* _EXERCISE BRIEF_
In the data below, the answer is the run of lines from the line containing "face PLANE(AX(P(47,-2.5,25),D(0,1,0),D(0,0,1))) rev" through the line containing "v20 (3.2,-2.5,14.1)", both included; print it exactly and nothing else.

DATA FOR THIS EXERCISE below:

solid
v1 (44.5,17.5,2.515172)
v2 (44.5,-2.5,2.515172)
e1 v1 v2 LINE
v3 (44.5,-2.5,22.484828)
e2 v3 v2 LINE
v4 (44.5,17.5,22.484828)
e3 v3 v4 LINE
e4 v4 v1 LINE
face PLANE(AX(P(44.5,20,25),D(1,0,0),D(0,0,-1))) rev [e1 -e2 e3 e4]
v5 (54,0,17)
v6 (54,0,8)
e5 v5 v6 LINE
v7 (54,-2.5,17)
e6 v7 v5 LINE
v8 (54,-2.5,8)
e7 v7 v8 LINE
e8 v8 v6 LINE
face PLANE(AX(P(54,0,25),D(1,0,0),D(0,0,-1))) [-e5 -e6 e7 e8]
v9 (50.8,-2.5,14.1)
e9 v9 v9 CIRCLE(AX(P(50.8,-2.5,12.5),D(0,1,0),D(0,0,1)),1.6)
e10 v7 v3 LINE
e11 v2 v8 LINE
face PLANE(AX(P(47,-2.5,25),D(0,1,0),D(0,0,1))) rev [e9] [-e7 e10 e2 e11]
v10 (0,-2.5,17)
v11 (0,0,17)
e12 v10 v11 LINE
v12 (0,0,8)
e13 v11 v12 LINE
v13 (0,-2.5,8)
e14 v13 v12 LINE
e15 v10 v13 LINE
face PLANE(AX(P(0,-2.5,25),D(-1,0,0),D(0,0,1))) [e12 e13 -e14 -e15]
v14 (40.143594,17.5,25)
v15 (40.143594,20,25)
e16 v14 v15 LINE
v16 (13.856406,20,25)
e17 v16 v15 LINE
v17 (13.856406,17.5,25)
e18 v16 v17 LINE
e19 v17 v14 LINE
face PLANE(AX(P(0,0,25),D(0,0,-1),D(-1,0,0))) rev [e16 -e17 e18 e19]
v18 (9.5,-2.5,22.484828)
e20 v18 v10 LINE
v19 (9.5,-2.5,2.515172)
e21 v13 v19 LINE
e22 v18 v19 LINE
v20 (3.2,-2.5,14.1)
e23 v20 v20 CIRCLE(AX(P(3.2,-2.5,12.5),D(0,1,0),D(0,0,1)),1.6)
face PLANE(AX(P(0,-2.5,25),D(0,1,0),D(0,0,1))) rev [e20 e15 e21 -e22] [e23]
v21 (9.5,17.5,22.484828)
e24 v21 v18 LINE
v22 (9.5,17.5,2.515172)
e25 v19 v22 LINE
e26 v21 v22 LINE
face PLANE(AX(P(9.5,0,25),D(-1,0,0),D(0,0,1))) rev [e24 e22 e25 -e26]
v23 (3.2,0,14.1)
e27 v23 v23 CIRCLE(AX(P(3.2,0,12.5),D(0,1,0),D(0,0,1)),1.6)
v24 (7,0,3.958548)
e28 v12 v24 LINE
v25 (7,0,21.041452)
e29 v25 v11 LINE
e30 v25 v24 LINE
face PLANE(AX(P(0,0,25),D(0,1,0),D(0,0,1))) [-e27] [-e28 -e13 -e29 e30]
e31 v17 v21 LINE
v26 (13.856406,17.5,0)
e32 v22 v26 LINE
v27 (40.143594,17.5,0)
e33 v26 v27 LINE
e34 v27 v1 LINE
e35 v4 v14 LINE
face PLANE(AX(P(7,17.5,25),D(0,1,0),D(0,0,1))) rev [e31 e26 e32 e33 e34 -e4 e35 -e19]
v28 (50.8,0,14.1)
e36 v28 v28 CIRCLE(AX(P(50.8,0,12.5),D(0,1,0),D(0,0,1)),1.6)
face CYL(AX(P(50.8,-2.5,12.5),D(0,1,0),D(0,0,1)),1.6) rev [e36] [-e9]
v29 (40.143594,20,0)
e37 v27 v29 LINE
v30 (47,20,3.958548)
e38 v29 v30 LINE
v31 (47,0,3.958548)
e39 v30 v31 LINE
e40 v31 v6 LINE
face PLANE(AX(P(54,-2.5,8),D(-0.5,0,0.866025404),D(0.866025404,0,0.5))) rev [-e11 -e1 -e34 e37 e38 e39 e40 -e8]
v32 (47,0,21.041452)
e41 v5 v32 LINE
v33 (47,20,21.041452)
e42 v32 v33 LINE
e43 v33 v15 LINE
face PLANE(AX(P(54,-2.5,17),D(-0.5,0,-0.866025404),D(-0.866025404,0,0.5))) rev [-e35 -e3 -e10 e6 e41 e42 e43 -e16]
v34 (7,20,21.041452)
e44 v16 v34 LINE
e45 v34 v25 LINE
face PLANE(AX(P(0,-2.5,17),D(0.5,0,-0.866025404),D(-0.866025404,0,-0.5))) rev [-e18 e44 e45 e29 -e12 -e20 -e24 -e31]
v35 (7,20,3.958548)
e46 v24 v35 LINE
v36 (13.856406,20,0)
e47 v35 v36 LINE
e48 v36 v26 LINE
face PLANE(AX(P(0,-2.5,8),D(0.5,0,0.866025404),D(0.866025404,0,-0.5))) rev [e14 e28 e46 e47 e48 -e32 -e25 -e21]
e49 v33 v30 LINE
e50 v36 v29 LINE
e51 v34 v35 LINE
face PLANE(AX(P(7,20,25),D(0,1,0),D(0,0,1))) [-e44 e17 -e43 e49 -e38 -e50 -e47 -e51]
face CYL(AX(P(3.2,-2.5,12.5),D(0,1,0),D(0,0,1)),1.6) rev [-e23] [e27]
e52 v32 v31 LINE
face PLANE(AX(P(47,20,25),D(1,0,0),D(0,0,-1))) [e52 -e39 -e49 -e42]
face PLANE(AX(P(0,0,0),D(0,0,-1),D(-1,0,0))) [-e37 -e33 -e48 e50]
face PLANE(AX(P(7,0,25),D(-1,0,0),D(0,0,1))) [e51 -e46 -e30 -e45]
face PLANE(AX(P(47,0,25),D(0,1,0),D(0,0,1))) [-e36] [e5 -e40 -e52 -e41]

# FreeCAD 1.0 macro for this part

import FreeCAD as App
import Part
import Sketcher

V = App.Vector
Q = App.Units.Quantity

doc = App.newDocument("Part")
params = doc.addObject("Spreadsheet::Sheet", "Params")
for row, (alias, value) in enumerate([
    ("sketch1_width", "7 mm"),
    ("sketch1_width2", "35 mm"),
    ("sketch1_width3", "40 mm"),
    ("sketch1_height", "20 mm"),
    ("sketch1_height2", "2.5 mm"),
    ("pad1_length", "25 mm"),
    ("sketch2_height", "8 mm"),
    ("sketch3_diameter", "3.2 mm"),
], start=1):
    params.set(f"A{row}", alias)
    params.set(f"B{row}", "=" + value)
    params.setAlias(f"B{row}", alias)

body = doc.addObject("PartDesign::Body", "Body")

# Sketch on XY plane
sketch1 = doc.addObject("Sketcher::SketchObject", "Sketch")
body.addObject(sketch1)
sketch1.AttachmentSupport = (doc.XY_Plane, [""])
sketch1.MapMode = "FlatFace"
sketch1.addGeometry([
    Part.LineSegment(V(7, 0, 0), V(0, 0, 0)),  # 0
    Part.LineSegment(V(0, 0, 0), V(0, -2.5, 0)),  # 1
    Part.LineSegment(V(0, -2.5, 0), V(9.5, -2.5, 0)),  # 2
    Part.LineSegment(V(9.5, -2.5, 0), V(9.5, 17.5, 0)),  # 3
    Part.LineSegment(V(9.5, 17.5, 0), V(44.5, 17.5, 0)),  # 4
    Part.LineSegment(V(44.5, 17.5, 0), V(44.5, -2.5, 0)),  # 5
    Part.LineSegment(V(44.5, -2.5, 0), V(54, -2.5, 0)),  # 6
    Part.LineSegment(V(54, -2.5, 0), V(54, 0, 0)),  # 7
    Part.LineSegment(V(54, 0, 0), V(47, 0, 0)),  # 8
    Part.LineSegment(V(47, 0, 0), V(47, 20, 0)),  # 9
    Part.LineSegment(V(47, 20, 0), V(7, 20, 0)),  # 10
    Part.LineSegment(V(7, 20, 0), V(7, 0, 0)),  # 11
], False)
sketch1.addConstraint([
    Sketcher.Constraint("Coincident", 0, 2, 1, 1),
    Sketcher.Constraint("Coincident", 1, 2, 2, 1),
    Sketcher.Constraint("Coincident", 2, 2, 3, 1),
    Sketcher.Constraint("Coincident", 3, 2, 4, 1),
    Sketcher.Constraint("Coincident", 4, 2, 5, 1),
    Sketcher.Constraint("Coincident", 5, 2, 6, 1),
    Sketcher.Constraint("Coincident", 6, 2, 7, 1),
    Sketcher.Constraint("Coincident", 7, 2, 8, 1),
    Sketcher.Constraint("Coincident", 8, 2, 9, 1),
    Sketcher.Constraint("Coincident", 9, 2, 10, 1),
    Sketcher.Constraint("Coincident", 10, 2, 11, 1),
    Sketcher.Constraint("Coincident", 11, 2, 0, 1),
    Sketcher.Constraint("Horizontal", 0),
    Sketcher.Constraint("Vertical", 1),
    Sketcher.Constraint("Horizontal", 2),
    Sketcher.Constraint("Vertical", 3),
    Sketcher.Constraint("Horizontal", 4),
    Sketcher.Constraint("Vertical", 5),
    Sketcher.Constraint("Horizontal", 6),
    Sketcher.Constraint("Vertical", 7),
    Sketcher.Constraint("Horizontal", 8),
    Sketcher.Constraint("Vertical", 9),
    Sketcher.Constraint("Horizontal", 10),
    Sketcher.Constraint("Vertical", 11),
    Sketcher.Constraint("Coincident", 0, 2, -1, 1),
    Sketcher.Constraint("PointOnObject", 7, 2, -1),
    Sketcher.Constraint("Horizontal", 2, 2, 5, 2),
    Sketcher.Constraint("Equal", 2, 6),
    Sketcher.Constraint("Equal", 0, 8),
    Sketcher.Constraint("Equal", 5, 9),
    Sketcher.Constraint("DistanceX", 0, 2, 0, 1, Q("7 mm")),
    Sketcher.Constraint("DistanceX", 4, 1, 4, 2, Q("35 mm")),
    Sketcher.Constraint("DistanceX", 10, 2, 10, 1, Q("40 mm")),
    Sketcher.Constraint("DistanceY", 3, 1, 3, 2, Q("20 mm")),
    Sketcher.Constraint("DistanceY", 1, 2, 1, 1, Q("2.5 mm")),
])
sketch1.setExpression("Constraints[30]", "Params.sketch1_width")
sketch1.setExpression("Constraints[31]", "Params.sketch1_width2")
sketch1.setExpression("Constraints[32]", "Params.sketch1_width3")
sketch1.setExpression("Constraints[33]", "Params.sketch1_height")
sketch1.setExpression("Constraints[34]", "Params.sketch1_height2")
pad1 = doc.addObject("PartDesign::Pad", "Pad")
body.addObject(pad1)
pad1.Profile = sketch1
pad1.setExpression("Length", "Params.pad1_length")

# Sketch on XZ plane
sketch2 = doc.addObject("Sketcher::SketchObject", "Sketch001")
body.addObject(sketch2)
sketch2.AttachmentSupport = (doc.XZ_Plane, [""])
sketch2.MapMode = "FlatFace"
sketch2.AttachmentOffset = App.Placement(V(0, 0, -20), App.Rotation())
sketch2.addGeometry([
    Part.LineSegment(V(0, 8, 0), V(13.856406, 0, 0)),  # 0
    Part.LineSegment(V(13.856406, 0, 0), V(0, 0, 0)),  # 1
    Part.LineSegment(V(0, 0, 0), V(0, 8, 0)),  # 2
    Part.LineSegment(V(13.856406, 25, 0), V(0, 17, 0)),  # 3
    Part.LineSegment(V(0, 17, 0), V(0, 25, 0)),  # 4
    Part.LineSegment(V(0, 25, 0), V(13.856406, 25, 0)),  # 5
    Part.LineSegment(V(54, 17, 0), V(40.143594, 25, 0)),  # 6
    Part.LineSegment(V(40.143594, 25, 0), V(54, 25, 0)),  # 7
    Part.LineSegment(V(54, 25, 0), V(54, 17, 0)),  # 8
    Part.LineSegment(V(40.143594, 0, 0), V(54, 8, 0)),  # 9
    Part.LineSegment(V(54, 8, 0), V(54, 0, 0)),  # 10
    Part.LineSegment(V(54, 0, 0), V(40.143594, 0, 0)),  # 11
], False)
sketch2.addConstraint([
    Sketcher.Constraint("Coincident", 0, 2, 1, 1),
    Sketcher.Constraint("Coincident", 1, 2, 2, 1),
    Sketcher.Constraint("Coincident", 2, 2, 0, 1),
    Sketcher.Constraint("Coincident", 3, 2, 4, 1),
    Sketcher.Constraint("Coincident", 4, 2, 5, 1),
    Sketcher.Constraint("Coincident", 5, 2, 3, 1),
    Sketcher.Constraint("Coincident", 6, 2, 7, 1),
    Sketcher.Constraint("Coincident", 7, 2, 8, 1),
    Sketcher.Constraint("Coincident", 8, 2, 6, 1),
    Sketcher.Constraint("Coincident", 9, 2, 10, 1),
    Sketcher.Constraint("Coincident", 10, 2, 11, 1),
    Sketcher.Constraint("Coincident", 11, 2, 9, 1),
    Sketcher.Constraint("Horizontal", 1),
    Sketcher.Constraint("Vertical", 2),
    Sketcher.Constraint("Vertical", 4),
    Sketcher.Constraint("Horizontal", 5),
    Sketcher.Constraint("Horizontal", 7),
    Sketcher.Constraint("Vertical", 8),
    Sketcher.Constraint("Vertical", 10),
    Sketcher.Constraint("Horizontal", 11),
    Sketcher.Constraint("Coincident", 1, 2, -1, 1),
    Sketcher.Constraint("PointOnObject", 3, 2, -2),
    Sketcher.Constraint("PointOnObject", 10, 2, -1),
    Sketcher.Constraint("Parallel", 0, 6),
    Sketcher.Constraint("Parallel", 3, 9),
    Sketcher.Constraint("Horizontal", 5, 2, 6, 2),
    Sketcher.Constraint("Horizontal", 3, 2, 8, 2),
    Sketcher.Constraint("Horizontal", 2, 2, 9, 2),
    Sketcher.Constraint("Vertical", 0, 2, 5, 2),
    Sketcher.Constraint("Vertical", 8, 2, 9, 2),
    Sketcher.Constraint("Vertical", 6, 2, 11, 2),
    Sketcher.Constraint("DistanceY", 2, 1, 2, 2, Q("8 mm")),
    Sketcher.Constraint("Angle", 0, Q("-30 deg")),
    Sketcher.Constraint("DistanceY", -1, 1, 3, 2, Q("17 mm")),
    Sketcher.Constraint("DistanceX", -1, 1, 7, 2, Q("54 mm")),
])
sketch2.setExpression("Constraints[31]", "Params.sketch2_height")
pocket1 = doc.addObject("PartDesign::Pocket", "Pocket")
body.addObject(pocket1)
pocket1.Profile = sketch2
pocket1.Type = "ThroughAll"
pocket1.Reversed = True

# Sketch on XZ plane
sketch3 = doc.addObject("Sketcher::SketchObject", "Sketch002")
body.addObject(sketch3)
sketch3.AttachmentSupport = (doc.XZ_Plane, [""])
sketch3.MapMode = "FlatFace"
sketch3.addGeometry([
    Part.Circle(V(50.8, 12.5, 0), V(0, 0, 1), 1.6),
    Part.Circle(V(3.2, 12.5, 0), V(0, 0, 1), 1.6),
], False)
sketch3.addConstraint([
    Sketcher.Constraint("Equal", 0, 1),
    Sketcher.Constraint("Horizontal", 0, 3, 1, 3),
    Sketcher.Constraint("Diameter", 0, Q("3.2 mm")),
    Sketcher.Constraint("DistanceX", -1, 1, 0, 3, Q("50.8 mm")),
    Sketcher.Constraint("DistanceY", -1, 1, 0, 3, Q("12.5 mm")),
    Sketcher.Constraint("DistanceX", -1, 1, 1, 3, Q("3.2 mm")),
])
sketch3.setExpression("Constraints[2]", "Params.sketch3_diameter")
pocket2 = doc.addObject("PartDesign::Pocket", "Pocket001")
body.addObject(pocket2)
pocket2.Profile = sketch3
pocket2.Type = "ThroughAll"
pocket2.Reversed = True

doc.recompute()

End of DATA FOR THIS EXERCISE.

* _RESULT FOR THIS TASK_
face PLANE(AX(P(47,-2.5,25),D(0,1,0),D(0,0,1))) rev [e9] [-e7 e10 e2 e11]
v10 (0,-2.5,17)
v11 (0,0,17)
e12 v10 v11 LINE
v12 (0,0,8)
e13 v11 v12 LINE
v13 (0,-2.5,8)
e14 v13 v12 LINE
e15 v10 v13 LINE
face PLANE(AX(P(0,-2.5,25),D(-1,0,0),D(0,0,1))) [e12 e13 -e14 -e15]
v14 (40.143594,17.5,25)
v15 (40.143594,20,25)
e16 v14 v15 LINE
v16 (13.856406,20,25)
e17 v16 v15 LINE
v17 (13.856406,17.5,25)
e18 v16 v17 LINE
e19 v17 v14 LINE
face PLANE(AX(P(0,0,25),D(0,0,-1),D(-1,0,0))) rev [e16 -e17 e18 e19]
v18 (9.5,-2.5,22.484828)
e20 v18 v10 LINE
v19 (9.5,-2.5,2.515172)
e21 v13 v19 LINE
e22 v18 v19 LINE
v20 (3.2,-2.5,14.1)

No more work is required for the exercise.